Burg Blankenstein

Ausflug mit Sonnenbrand

An sich wollte ich nur einen kleinen Ausflug zur Kemnade machen. Allerdings hatte der ÖPNV anderen Pläne. Die Haltestellen bei Kemnade direkt an der Ruhr sind aufgrund der Wetterverhältnisse der letzten Tage nicht angefahren worden. Und die Umleitung der Linie hat es in sich. Ich bin dann leicht genervt in Blankenstein ausgestiegen und habe dann einen kleinen Spaziergang über die Burg Blankenstein, Blankenstein und Welper und über die Kosterbrücke gemacht, wo ich dann einen anderen Bus für die Rückfahrt gefunden habe.

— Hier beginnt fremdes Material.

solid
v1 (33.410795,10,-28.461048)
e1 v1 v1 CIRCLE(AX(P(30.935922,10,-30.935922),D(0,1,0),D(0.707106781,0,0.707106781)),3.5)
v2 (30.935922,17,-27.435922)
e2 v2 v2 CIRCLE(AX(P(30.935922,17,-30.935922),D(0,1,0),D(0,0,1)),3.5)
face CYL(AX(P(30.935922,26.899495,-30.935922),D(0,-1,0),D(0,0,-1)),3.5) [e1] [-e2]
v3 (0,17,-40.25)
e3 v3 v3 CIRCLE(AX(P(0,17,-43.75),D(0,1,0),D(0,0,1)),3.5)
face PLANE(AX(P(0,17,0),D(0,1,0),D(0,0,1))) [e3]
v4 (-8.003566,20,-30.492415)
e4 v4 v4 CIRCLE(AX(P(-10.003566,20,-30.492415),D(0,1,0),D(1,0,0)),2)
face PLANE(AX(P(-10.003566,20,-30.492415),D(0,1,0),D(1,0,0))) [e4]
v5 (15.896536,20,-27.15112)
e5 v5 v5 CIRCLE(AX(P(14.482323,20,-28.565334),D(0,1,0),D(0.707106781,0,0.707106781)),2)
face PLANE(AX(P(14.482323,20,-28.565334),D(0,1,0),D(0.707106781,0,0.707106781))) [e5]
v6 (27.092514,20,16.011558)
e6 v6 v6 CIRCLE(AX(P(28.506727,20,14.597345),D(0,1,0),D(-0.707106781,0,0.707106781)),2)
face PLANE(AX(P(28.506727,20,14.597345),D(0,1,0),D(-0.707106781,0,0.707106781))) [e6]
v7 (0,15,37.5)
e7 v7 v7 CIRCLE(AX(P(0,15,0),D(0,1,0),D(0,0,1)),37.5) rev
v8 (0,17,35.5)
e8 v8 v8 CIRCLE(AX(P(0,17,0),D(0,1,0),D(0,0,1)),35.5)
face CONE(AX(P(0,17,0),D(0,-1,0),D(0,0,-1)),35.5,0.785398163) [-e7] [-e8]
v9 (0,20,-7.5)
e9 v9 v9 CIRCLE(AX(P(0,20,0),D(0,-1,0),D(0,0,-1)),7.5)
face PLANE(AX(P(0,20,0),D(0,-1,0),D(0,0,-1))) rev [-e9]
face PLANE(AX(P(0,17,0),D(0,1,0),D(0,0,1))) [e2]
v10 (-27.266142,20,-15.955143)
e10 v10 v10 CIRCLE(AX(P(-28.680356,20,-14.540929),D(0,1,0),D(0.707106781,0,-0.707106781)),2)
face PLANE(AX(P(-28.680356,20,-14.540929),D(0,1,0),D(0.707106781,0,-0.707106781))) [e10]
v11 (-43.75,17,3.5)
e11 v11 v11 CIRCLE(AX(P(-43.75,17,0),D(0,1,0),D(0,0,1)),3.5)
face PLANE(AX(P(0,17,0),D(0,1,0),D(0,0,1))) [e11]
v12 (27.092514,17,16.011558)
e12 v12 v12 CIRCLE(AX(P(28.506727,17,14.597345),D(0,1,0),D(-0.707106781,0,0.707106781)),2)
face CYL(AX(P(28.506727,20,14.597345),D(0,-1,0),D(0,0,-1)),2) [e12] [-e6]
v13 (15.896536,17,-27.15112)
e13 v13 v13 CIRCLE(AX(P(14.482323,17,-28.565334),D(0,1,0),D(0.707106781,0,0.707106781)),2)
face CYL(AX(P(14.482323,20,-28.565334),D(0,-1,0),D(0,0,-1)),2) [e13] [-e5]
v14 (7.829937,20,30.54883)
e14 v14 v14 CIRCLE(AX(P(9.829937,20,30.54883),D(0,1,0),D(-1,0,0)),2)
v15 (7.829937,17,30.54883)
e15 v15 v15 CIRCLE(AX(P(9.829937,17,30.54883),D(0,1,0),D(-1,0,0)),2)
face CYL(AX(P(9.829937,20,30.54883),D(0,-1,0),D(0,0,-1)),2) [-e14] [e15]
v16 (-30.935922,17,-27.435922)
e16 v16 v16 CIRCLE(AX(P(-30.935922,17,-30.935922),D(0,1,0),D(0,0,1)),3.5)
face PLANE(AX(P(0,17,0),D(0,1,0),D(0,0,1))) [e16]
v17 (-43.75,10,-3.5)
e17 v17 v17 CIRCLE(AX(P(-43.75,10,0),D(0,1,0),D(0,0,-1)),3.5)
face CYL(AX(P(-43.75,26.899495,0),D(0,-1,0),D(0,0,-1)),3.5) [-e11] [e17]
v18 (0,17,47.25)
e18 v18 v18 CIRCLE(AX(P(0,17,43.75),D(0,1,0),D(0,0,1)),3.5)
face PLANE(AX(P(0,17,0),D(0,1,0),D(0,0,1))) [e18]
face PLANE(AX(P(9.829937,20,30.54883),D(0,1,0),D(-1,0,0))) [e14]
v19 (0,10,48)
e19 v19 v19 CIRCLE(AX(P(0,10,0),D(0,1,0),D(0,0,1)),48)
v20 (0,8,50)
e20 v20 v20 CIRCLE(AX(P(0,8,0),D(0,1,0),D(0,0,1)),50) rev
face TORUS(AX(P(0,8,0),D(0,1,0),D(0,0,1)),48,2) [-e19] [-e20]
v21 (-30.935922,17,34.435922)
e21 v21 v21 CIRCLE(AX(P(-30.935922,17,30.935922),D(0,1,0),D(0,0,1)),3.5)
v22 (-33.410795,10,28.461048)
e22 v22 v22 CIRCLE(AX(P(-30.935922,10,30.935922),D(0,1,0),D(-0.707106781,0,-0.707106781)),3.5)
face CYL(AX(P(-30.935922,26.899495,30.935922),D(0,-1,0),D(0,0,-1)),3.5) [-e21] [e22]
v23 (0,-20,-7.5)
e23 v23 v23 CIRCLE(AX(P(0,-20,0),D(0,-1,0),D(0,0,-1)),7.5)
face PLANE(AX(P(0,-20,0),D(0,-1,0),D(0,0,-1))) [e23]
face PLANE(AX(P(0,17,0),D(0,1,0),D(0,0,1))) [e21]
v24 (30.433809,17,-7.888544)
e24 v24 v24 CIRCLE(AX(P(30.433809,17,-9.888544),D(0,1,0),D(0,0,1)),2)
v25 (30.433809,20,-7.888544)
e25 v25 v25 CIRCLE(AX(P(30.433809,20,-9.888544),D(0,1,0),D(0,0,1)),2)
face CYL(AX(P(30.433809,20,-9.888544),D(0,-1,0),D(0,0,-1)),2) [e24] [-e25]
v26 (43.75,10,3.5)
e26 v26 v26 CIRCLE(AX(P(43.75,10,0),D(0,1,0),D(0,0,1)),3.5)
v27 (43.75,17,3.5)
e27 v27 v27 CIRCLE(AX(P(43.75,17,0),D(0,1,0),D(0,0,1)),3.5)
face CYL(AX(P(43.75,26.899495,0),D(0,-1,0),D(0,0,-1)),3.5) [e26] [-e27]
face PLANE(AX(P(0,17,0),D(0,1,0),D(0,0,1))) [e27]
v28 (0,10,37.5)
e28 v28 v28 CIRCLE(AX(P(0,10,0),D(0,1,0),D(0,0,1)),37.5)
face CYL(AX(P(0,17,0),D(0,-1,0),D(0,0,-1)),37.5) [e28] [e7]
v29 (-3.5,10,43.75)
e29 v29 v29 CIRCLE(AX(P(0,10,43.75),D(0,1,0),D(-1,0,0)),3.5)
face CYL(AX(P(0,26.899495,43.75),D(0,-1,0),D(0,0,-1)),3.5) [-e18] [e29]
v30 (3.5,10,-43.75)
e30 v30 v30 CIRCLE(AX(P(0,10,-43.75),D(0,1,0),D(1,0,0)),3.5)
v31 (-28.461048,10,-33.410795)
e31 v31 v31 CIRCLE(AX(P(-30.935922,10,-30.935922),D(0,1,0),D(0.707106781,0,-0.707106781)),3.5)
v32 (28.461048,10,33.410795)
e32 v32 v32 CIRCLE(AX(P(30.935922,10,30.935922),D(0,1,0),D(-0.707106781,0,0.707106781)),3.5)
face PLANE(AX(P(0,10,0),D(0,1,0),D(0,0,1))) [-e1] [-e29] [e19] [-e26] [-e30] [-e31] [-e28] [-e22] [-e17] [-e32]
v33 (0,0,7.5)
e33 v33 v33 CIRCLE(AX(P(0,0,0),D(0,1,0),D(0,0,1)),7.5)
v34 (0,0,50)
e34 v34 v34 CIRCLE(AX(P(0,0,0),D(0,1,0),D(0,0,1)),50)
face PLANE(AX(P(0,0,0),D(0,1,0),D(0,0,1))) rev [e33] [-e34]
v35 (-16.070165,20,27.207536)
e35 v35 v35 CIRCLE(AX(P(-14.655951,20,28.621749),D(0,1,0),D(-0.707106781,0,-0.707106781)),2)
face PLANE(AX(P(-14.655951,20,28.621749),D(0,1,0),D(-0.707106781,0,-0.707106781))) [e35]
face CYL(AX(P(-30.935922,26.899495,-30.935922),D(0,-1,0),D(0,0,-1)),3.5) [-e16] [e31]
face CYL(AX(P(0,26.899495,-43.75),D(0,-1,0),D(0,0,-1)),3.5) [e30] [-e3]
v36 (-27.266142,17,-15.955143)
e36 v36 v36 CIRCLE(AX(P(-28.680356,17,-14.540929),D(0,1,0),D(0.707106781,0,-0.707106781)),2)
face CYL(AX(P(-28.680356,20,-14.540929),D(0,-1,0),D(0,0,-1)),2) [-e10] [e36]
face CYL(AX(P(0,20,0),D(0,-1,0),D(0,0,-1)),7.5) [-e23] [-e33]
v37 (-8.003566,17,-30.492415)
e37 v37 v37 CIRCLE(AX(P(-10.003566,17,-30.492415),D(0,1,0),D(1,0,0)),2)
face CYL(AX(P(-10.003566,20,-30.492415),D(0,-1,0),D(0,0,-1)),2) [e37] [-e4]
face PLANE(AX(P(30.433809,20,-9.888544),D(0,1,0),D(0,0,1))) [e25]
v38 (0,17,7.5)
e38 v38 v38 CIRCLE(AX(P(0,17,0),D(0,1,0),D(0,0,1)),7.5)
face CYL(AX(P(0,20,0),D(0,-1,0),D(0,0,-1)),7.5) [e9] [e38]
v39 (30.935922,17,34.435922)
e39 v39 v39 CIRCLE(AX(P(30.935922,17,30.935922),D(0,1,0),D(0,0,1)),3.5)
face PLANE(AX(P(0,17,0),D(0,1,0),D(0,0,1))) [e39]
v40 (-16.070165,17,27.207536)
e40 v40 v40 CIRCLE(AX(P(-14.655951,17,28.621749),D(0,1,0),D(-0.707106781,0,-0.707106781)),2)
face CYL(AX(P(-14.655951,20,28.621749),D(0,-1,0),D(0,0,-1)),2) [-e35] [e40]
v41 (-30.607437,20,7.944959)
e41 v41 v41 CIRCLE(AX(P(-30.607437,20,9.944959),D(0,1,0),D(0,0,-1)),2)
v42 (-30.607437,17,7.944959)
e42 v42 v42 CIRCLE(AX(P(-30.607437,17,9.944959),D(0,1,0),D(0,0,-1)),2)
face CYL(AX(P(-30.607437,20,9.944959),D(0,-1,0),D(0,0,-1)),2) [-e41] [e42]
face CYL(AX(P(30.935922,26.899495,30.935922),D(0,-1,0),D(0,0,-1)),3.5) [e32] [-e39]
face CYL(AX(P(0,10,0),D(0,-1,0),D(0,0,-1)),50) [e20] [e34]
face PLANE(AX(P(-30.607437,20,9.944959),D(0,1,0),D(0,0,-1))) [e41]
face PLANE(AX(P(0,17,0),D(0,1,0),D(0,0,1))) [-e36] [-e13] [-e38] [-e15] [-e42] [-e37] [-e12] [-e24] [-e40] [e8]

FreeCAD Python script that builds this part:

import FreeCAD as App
import Part
import Sketcher

V = App.Vector


def edges_at(feature, points):
    """Names of the edges that pass closest to the given points."""
    edges = feature.Shape.Edges
    near = lambda p: min(range(len(edges)), key=lambda i: edges[i].distToShape(Part.Vertex(*p))[0])
    return sorted({f"Edge{near(p) + 1}" for p in points})

doc = App.newDocument("Part")
body = doc.addObject("PartDesign::Body", "Body")

# Sketch on XZ plane
sketch1 = body.newObject("Sketcher::SketchObject", "Sketch")
sketch1.AttachmentSupport = (doc.getObject("XZ_Plane"), [""])
sketch1.MapMode = "FlatFace"
sketch1.addGeometry(Part.Circle(V(0, 0, 0), V(0, 0, 1), 50), False)
sketch1.addConstraint([
    Sketcher.Constraint("Coincident", 0, 3, -1, 1),
    Sketcher.Constraint("Diameter", 0, 100.0),
])
pad1 = body.newObject("PartDesign::Pad", "Pad")
pad1.Profile = sketch1
pad1.Length = 10
pad1.Reversed = True

# Sketch on XZ plane
sketch2 = body.newObject("Sketcher::SketchObject", "Sketch001")
sketch2.AttachmentSupport = (doc.getObject("XZ_Plane"), [""])
sketch2.MapMode = "FlatFace"
sketch2.AttachmentOffset = App.Placement(V(0, 0, -10), App.Rotation())
sketch2.addGeometry(Part.Circle(V(0, 0, 0), V(0, 0, 1), 38), False)
sketch2.addConstraint([
    Sketcher.Constraint("Coincident", 0, 3, -1, 1),
    Sketcher.Constraint("Diameter", 0, 75.0),
])
pad2 = body.newObject("PartDesign::Pad", "Pad001")
pad2.Profile = sketch2
pad2.Length = 7
pad2.Reversed = True

# Sketch on XZ plane
sketch3 = body.newObject("Sketcher::SketchObject", "Sketch002")
sketch3.AttachmentSupport = (doc.getObject("XZ_Plane"), [""])
sketch3.MapMode = "FlatFace"
sketch3.AttachmentOffset = App.Placement(V(0, 0, -10), App.Rotation())
sketch3.addGeometry(Part.Circle(V(43.8, 0, 0), V(0, 0, 1), 3.5), False)
sketch3.addConstraint([
    Sketcher.Constraint("PointOnObject", 0, 3, -1),
    Sketcher.Constraint("Diameter", 0, 7.0),
    Sketcher.Constraint("DistanceX", -1, 1, 0, 3, 43.75),
])
pad3 = body.newObject("PartDesign::Pad", "Pad002")
pad3.Profile = sketch3
pad3.Length = 7
pad3.Reversed = True
doc.recompute()

polarpattern = body.newObject("PartDesign::PolarPattern", "PolarPattern")
polarpattern.Originals = [pad3]
polarpattern.Axis = (doc.getObject("Y_Axis"), [""])
polarpattern.Angle = 360
polarpattern.Occurrences = 8
body.Tip = polarpattern

# Sketch on XZ plane
sketch4 = body.newObject("Sketcher::SketchObject", "Sketch003")
sketch4.AttachmentSupport = (doc.getObject("XZ_Plane"), [""])
sketch4.MapMode = "FlatFace"
sketch4.AttachmentOffset = App.Placement(V(0, 0, -17), App.Rotation())
sketch4.addGeometry(Part.Circle(V(30.4, -9.9, 0), V(0, 0, 1), 2), False)
sketch4.addConstraint([
    Sketcher.Constraint("Diameter", 0, 4.0),
    Sketcher.Constraint("DistanceX", -1, 1, 0, 3, 30.433809),
    Sketcher.Constraint("DistanceY", 0, 3, -1, 1, 9.888544),
])
pad4 = body.newObject("PartDesign::Pad", "Pad003")
pad4.Profile = sketch4
pad4.Length = 3
pad4.Reversed = True
doc.recompute()

datumline = body.newObject("PartDesign::Line", "DatumLine")
datumline.Placement = App.Placement(V(-0.086814, 0, 0.028208), App.Rotation(V(0, 0, 1), V(0, 1, 0)))
polarpattern2 = body.newObject("PartDesign::PolarPattern", "PolarPattern001")
polarpattern2.Originals = [pad4]
polarpattern2.Axis = (datumline, [""])
polarpattern2.Angle = 360
polarpattern2.Occurrences = 8
body.Tip = polarpattern2
doc.recompute()

chamfer = body.newObject("PartDesign::Chamfer", "Chamfer")
chamfer.Base = (polarpattern2, edges_at(polarpattern2, [(0, 17, -37.5)]))
chamfer.Size = 2
doc.recompute()

fillet = body.newObject("PartDesign::Fillet", "Fillet")
fillet.Base = (chamfer, edges_at(chamfer, [(0, 10, -50)]))
fillet.Radius = 2

# Sketch on XZ plane
sketch5 = body.newObject("Sketcher::SketchObject", "Sketch004")
sketch5.AttachmentSupport = (doc.getObject("XZ_Plane"), [""])
sketch5.MapMode = "FlatFace"
sketch5.addGeometry(Part.Circle(V(0, 0, 0), V(0, 0, 1), 8), False)
sketch5.addConstraint([
    Sketcher.Constraint("Coincident", 0, 3, -1, 1),
    Sketcher.Constraint("Diameter", 0, 15.0),
])
pad5 = body.newObject("PartDesign::Pad", "Pad004")
pad5.Profile = sketch5
pad5.Type = "TwoLengths"
pad5.Length = 20
pad5.Length2 = 20

doc.recompute()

Der Turm der Burg Blankenstein ist zur Zeit leider geschlossen.
Blick auf Stapel von der Burg
Ausschnitt aus dem vorigen Foto

Und wie es der Zufall so will – und ich war ja auch auf keinen längeren Marsch eingestellt – hatte ich keine Mütze und keinen Hut dabei und habe mir spätestens bei Überqueren der Kosterbrücke einen zünftigen Sonnenbrand auf dem Kopf und im Nacken geholt.

Tage später sind noch immer Spuren vom Hochwasser zu sehen. Wiesen sind teilweise überschwemmt, die Ruhr führt immer noch viel Wasser und an den Zäunen und sieht man noch gut angeschwemmte Pflanzen.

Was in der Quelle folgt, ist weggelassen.